When you generate ensembles, could you use mem001 instead of mem01? My PR #161 has used mem001.
@guoqing-noaa I will! Thanks!
@chunhuazhou Great to know this moves forward. Thanks!
From what I see in this issue, I think CONUS 3km grid is enough for our current development and test. I will say we current focus on CONUS 3km grid only. Please let me know if I missed anything here on NA3km tests.
@hu5970 Thanks Ming for your input!

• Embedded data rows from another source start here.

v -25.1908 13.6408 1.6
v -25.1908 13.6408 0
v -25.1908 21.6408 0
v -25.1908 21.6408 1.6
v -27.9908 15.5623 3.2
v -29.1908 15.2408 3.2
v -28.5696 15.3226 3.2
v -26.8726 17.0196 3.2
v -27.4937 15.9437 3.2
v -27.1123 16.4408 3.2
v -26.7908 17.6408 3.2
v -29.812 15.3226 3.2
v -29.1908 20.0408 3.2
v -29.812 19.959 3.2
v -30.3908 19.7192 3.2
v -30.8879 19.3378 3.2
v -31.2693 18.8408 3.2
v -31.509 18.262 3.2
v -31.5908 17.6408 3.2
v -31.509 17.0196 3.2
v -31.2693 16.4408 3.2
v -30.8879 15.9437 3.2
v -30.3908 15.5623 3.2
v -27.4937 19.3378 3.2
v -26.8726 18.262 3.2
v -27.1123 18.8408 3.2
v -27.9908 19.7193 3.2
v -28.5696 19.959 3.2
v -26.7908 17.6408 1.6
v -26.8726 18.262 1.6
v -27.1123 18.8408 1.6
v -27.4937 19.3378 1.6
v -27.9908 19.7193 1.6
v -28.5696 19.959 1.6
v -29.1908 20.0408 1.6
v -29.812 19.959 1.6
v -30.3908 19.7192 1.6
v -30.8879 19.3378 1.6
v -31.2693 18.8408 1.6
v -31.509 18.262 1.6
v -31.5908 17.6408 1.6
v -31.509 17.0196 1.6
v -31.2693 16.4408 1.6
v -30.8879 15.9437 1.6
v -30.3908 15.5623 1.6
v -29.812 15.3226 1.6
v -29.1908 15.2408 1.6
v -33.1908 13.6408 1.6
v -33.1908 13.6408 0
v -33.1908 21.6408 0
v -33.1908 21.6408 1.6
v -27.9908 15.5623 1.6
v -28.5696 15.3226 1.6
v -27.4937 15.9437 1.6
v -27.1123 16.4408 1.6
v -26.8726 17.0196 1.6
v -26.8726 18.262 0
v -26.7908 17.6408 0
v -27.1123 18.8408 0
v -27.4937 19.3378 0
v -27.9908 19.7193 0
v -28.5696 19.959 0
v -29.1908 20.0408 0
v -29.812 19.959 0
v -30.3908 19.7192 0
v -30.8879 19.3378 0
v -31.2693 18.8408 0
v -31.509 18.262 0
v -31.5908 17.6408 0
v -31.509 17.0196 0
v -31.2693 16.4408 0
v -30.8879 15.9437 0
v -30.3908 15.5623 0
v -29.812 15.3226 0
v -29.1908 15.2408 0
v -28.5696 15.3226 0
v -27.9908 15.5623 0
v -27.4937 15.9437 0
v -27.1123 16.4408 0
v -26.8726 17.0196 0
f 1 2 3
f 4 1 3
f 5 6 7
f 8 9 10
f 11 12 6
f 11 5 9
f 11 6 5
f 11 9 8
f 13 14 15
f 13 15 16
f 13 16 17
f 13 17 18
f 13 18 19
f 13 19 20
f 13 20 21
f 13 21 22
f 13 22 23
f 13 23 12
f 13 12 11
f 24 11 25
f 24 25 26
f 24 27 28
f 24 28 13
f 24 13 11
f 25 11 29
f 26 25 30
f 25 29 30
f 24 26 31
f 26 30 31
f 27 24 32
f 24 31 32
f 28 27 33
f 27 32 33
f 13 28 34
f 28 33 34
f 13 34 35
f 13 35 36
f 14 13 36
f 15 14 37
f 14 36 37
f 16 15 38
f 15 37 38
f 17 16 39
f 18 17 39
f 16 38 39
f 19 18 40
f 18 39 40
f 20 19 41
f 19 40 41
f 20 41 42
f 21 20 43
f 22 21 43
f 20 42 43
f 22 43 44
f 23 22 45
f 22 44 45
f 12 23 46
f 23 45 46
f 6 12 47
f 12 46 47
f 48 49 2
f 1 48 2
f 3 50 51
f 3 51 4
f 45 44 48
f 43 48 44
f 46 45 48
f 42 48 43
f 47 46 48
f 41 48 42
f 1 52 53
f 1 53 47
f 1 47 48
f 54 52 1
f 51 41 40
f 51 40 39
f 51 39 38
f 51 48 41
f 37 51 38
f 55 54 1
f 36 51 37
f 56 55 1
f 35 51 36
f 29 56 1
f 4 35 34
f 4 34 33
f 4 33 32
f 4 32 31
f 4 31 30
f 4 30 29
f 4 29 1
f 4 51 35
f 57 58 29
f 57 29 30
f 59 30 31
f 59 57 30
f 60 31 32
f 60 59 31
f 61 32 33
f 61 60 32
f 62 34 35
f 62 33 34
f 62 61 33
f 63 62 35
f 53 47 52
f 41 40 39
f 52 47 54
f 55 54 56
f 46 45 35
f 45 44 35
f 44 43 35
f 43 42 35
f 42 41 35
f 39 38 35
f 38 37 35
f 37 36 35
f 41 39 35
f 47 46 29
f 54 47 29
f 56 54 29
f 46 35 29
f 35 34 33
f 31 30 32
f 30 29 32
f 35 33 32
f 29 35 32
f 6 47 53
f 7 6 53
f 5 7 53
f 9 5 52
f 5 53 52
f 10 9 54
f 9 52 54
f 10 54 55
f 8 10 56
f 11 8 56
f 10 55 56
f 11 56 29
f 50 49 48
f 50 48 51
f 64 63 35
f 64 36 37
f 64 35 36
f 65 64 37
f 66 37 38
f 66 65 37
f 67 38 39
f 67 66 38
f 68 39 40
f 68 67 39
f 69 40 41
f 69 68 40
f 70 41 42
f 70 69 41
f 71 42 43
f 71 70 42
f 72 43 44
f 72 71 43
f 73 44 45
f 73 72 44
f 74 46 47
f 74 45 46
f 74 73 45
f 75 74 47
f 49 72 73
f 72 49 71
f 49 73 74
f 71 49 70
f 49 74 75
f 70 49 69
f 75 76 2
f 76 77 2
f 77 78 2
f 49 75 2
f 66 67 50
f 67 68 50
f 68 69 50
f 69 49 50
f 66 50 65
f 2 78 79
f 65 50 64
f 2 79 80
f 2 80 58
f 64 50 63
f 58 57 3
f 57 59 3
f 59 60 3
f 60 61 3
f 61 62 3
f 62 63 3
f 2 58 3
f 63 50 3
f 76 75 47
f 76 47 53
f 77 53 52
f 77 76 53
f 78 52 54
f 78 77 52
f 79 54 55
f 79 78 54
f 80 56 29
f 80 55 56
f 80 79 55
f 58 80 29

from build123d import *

# Parameters (mm, degrees)
F1_DEPTH = 3.2
F0_W     = 8
F0_H     = 8
F2_DEPTH = 1.6
F3_DEPTH = 1.6


with BuildPart() as f1:
    # F0 (on Top) → F1 (new body)
    with BuildSketch(Plane.XY):
        with BuildLine():
            Line((-29.190794, 15.240789), (-29.190794, 20.040789))
            ThreePointArc((-29.190794, 20.040789), (-31.590794, 17.640789), (-29.190794, 15.240789))
        make_face()
        with BuildLine():
            ThreePointArc((-29.190794, 15.240789), (-27.493737, 15.943732), (-26.790794, 17.640789))
            ThreePointArc((-26.790794, 17.640789), (-27.493737, 19.337845), (-29.190794, 20.040789))
            Line((-29.190794, 20.040789), (-29.190794, 15.240789))
        make_face()
    extrude(amount=F1_DEPTH)

    # F0 (on Top) → F2 (join)
    with BuildSketch(Plane.XY):
        with Locations((-29.190794, 17.640789)):
            Rectangle(F0_W, F0_H)
        with BuildLine():
            ThreePointArc((-29.190794, 20.040789), (-27.493737, 19.337845), (-26.790794, 17.640789))
            ThreePointArc((-26.790794, 17.640789), (-27.493737, 15.943732), (-29.190794, 15.240789))
            ThreePointArc((-29.190794, 15.240789), (-31.590794, 17.640789), (-29.190794, 20.040789))
        make_face(mode=Mode.SUBTRACT)
    extrude(amount=F2_DEPTH)

    # F0 (on Top) → F3 (cut)
    with BuildSketch(Plane.XY):
        with BuildLine():
            Line((-29.190794, 15.240789), (-29.190794, 20.040789))
            ThreePointArc((-29.190794, 20.040789), (-31.590794, 17.640789), (-29.190794, 15.240789))
        make_face()
        with BuildLine():
            ThreePointArc((-29.190794, 15.240789), (-27.493737, 15.943732), (-26.790794, 17.640789))
            ThreePointArc((-26.790794, 17.640789), (-27.493737, 19.337845), (-29.190794, 20.040789))
            Line((-29.190794, 20.040789), (-29.190794, 15.240789))
        make_face()
    extrude(amount=F3_DEPTH, mode=Mode.SUBTRACT)


solid = f1.part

I want to add here that for NA3km tests, I have been having issues moving the model forecast forward, with the model producing unreasonably huge wind near the SE lateral boundaries and then blowing out very quickly.
@chunhuazhou Thanks for your effort on this.
My suggestions:
@guoqing-noaa Regarding your suggestions: I already posted a thread at MPAS forum at https://forum.mmm.ucar.edu/threads/mpas-model-forecast-stopped-right-after-hour-0-segmentation-fault.19174/#post-46491 I do have one mpasout files at 23Z 05/26/2024 at /lfs5/BMC/wrfruc/Chunhua.Zhou/nco/stmp/na3km/1.0.1/rrfs.20240526/23/fcst/mpasout.2024-05-26_23.00.00.nc if anybody wants to try it out.
Thanks, @chunhuazhou !
It is good for try the big NA 3km domain. But let's focus on more realistic CONUS 3km for initial test and evaluations.
@ShunLiu-NOAA @TingLei-NOAA @SamuelDegelia-NOAA
Do we plan to run LETKF/GLETKF on these two domains?